Before I start, I would like to preface this essay with a little explanation of my stance on writing about other people. Many people - okay, more like 2 - have expressed disappointment in that I don't name them in my Confessions of an Improviser. This is due to the fact that I don't know if people in my life would be okay with me mentioning them. Some may wish complete anonymity while others would like to be referred to every other sentence. To err on the side of respect, I mention people by name only if I am sure they are okay with it. That's just the way I feel; I choose to publicize myself over the internet, they probably don't. On a side note, I choose to talk about myself only on this website. Awhile back, I was asked by a few people on the message board of improvchicago.com to meet them for lunch. While I am okay with this, part of me is bothered that many others know when and where I am going for lunch. I had one person ask me "so how was your lunch" in reference to the message board, and it bothered me that he knew about it. I don't want people to know who I meet for lunch and this is especially true on a message board in a community where gossip travels like lightning. Plus, I don't want people to think I am using the message board as my personal e-mail. Thank God I finally got access to AOL at work. So it is with great apprehension that I talk about my family. I will try to speak of them and not write anything they themselves would be wary of telling a complete stranger. However, I do write of them because looking at someone's family is a great source of information for learning more about that person. I am the oldest of two kids. I have a sister who is 2 and 3/4ths years younger than me. My Mom and Dad are still married and so are one set of grandparents. The other set ended when one grandparent died.

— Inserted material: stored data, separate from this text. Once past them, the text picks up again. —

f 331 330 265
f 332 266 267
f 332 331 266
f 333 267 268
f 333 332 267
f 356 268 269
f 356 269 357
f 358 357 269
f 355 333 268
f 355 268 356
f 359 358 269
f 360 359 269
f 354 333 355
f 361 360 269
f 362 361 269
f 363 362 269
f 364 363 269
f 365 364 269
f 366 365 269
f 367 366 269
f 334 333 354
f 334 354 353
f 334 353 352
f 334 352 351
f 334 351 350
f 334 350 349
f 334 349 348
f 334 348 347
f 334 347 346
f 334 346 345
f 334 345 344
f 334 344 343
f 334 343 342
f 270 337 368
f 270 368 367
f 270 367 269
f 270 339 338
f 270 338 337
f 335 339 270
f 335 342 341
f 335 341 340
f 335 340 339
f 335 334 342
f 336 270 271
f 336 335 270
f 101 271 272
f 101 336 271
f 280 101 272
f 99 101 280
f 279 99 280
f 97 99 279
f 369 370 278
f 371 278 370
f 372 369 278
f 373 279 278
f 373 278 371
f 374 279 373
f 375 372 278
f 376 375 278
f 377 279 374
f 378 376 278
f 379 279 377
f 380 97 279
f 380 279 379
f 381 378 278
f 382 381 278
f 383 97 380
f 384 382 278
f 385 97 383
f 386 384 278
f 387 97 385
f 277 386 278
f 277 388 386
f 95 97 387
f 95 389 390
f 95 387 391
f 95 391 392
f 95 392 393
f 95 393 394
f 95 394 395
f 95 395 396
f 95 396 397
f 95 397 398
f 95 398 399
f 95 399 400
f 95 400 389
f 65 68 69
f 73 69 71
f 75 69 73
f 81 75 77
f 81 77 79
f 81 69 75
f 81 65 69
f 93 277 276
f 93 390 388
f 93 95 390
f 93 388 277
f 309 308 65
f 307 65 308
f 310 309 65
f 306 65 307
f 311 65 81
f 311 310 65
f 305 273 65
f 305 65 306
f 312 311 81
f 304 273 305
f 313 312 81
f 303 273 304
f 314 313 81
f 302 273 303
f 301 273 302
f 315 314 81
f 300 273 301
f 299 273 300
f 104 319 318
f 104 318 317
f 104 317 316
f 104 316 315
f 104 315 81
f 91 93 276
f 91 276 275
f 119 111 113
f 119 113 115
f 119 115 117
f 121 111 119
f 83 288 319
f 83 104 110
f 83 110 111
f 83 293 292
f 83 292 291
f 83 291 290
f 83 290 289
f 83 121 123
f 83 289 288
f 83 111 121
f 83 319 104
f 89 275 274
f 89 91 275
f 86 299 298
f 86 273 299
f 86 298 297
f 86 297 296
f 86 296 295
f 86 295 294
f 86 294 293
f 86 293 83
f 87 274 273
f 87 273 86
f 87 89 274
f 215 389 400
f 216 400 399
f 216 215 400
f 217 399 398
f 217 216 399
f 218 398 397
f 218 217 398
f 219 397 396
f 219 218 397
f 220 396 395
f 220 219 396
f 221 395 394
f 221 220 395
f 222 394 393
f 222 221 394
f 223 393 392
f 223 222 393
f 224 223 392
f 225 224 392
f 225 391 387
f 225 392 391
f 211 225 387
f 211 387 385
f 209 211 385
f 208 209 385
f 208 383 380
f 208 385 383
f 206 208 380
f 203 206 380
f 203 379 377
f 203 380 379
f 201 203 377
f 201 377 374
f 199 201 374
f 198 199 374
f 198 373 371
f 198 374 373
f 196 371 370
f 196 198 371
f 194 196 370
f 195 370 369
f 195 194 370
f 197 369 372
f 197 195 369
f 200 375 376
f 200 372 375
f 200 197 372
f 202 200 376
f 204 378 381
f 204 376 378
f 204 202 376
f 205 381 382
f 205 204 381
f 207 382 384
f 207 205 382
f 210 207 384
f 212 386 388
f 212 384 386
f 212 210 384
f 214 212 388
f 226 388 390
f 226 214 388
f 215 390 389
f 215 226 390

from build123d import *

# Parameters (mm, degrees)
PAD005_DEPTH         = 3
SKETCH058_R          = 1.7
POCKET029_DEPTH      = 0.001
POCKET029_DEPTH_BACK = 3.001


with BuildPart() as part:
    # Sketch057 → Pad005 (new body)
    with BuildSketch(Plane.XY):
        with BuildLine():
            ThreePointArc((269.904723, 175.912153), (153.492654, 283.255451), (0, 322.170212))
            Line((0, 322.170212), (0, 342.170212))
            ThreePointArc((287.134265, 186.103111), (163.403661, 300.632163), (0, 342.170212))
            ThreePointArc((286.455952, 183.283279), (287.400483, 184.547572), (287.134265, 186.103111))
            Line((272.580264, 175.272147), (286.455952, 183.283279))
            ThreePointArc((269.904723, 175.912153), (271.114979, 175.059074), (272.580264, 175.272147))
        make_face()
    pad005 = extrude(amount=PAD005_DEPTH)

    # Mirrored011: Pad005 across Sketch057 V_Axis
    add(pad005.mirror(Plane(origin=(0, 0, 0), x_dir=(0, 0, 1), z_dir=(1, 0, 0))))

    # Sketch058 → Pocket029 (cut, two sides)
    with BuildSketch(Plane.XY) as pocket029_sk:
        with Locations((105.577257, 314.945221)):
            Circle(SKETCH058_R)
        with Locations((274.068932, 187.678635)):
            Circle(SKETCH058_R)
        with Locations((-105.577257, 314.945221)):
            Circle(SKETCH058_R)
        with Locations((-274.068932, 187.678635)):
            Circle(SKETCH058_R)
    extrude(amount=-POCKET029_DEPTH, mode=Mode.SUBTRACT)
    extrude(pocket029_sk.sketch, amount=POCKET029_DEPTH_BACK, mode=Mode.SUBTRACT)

Wagon handle pushing two front teeth into head ...and so on and so on. This sets up an interesting dicotomy. She is tough as hell in dealing with lots of pain, but she is easy to make cry. She loves with all of her heart and she is such a joyous person. People love to talk to my mom. I'm not sure what it is about her that says that it is okay for perfect strangers to talk to her, but she draws them. Maybe they can sense that she is easy to talk to or maybe they can feel her warm spirit. I get a lot of my personality and sense of humor from my mom. She did work in an office environment before she had my sister and I, but once I was born, she became a homemaker and a housewife. I have the upmost respect for homemakers because watching my mom, I can see that it really is the hardest job in the world, if not the most thankless. While I was going to elementary school she and our neighbor both had florishing babysitting jobs in full gear. What I mean by that is that my mom was paid by other neighborhood mothers to watch their kids once they came home from school until the mothers got off work to pick their kids up. So my mom didn't just raise my sister and I, but she helped to watch over at least 20 other kids. I had a lot of kids to be around growing up and it was fun. Since my sister and I have left high school, my mom has gotten herself a job at a local high school in the bookkeeping office and then once moving back to Minnesota a job as a bank teller. My mom loves snow men figurines and saving my sister and I's e-mails.
My Dad - Jeffery (Jeff) William Forsythe Since he doesn't really know the specifics of my sister and I - like favorite foods and music and whatnot - he sometimes becomes the butts of our jokes; especially on family vacations. He has a quick temper, which I mirrored in my youth, but he is basically a good person.
My Sister - Amy Louise Forsythe She likes photography and recently went on a road trip across America. She wants to be a special effects make-up artist and it looks like nothing will get in her way.
The Grandparents My grandpa has recently got himself a girlfriend, which is a surprise to us all, and he seems to be happy. He is a Snow Bird which means he lives in Florida during the winter and up in Minnesota during the summer. My mom's parents still live in the same house I have ever known them to live in, and they are doing fine. Other bits of info are these: My grandma can't cook to save her life and still smokes. Her husband, my grandfather, is thin as a rail and uses a hearing aide to hear. He loves to tinker with things that are broken around the house and even when he visited my parent's home, he would fix things around their house; he just can't sit still. My other grandfather loves to read history related books and he loves to fish. He owns a boat and takes it regularly out on the Gulf of Mexico.
The Aunts, Uncles, and Cousins It's usually years between the times I see my extended family and that has been the case most of my life. We would travel up to Minnesota for either Thanksgiving and Christmas and would see them then, if at all since some families were elsewhere. Once we moved to Flordia, the vacations up there were less frequent. Sometimes I wonder how my relatives would act if I won the lottery; which ones would be asking me for money and such.
So that's my family. Midwestern, polite, and rife with fun quirks. However, by no means are they crazy - I have met some of my friends' families and they truly can take the blue ribbon when it comes to crazies. What does this all say about me? Probably a lot more than I care to realize. I leave you do deduce it while I currently go back and visit some more with my relatives from North Carolina, who are in town for Christmas.
P.S. My improv and college friends could be considered my other family. I have a very good network of friends and I relie on them for advice, support, laughs, company, and all the rest of the great things that come out of friendships. I spend most of my free time around improv and I think I have found the most supportive people to surround myself. I won't name them, but chances are they know who they are, and if they are reading this, then Thanks. P.P.S. The post script was written on January 2, 2002. P.P.P.S. Edited and revised on July 5, 2003.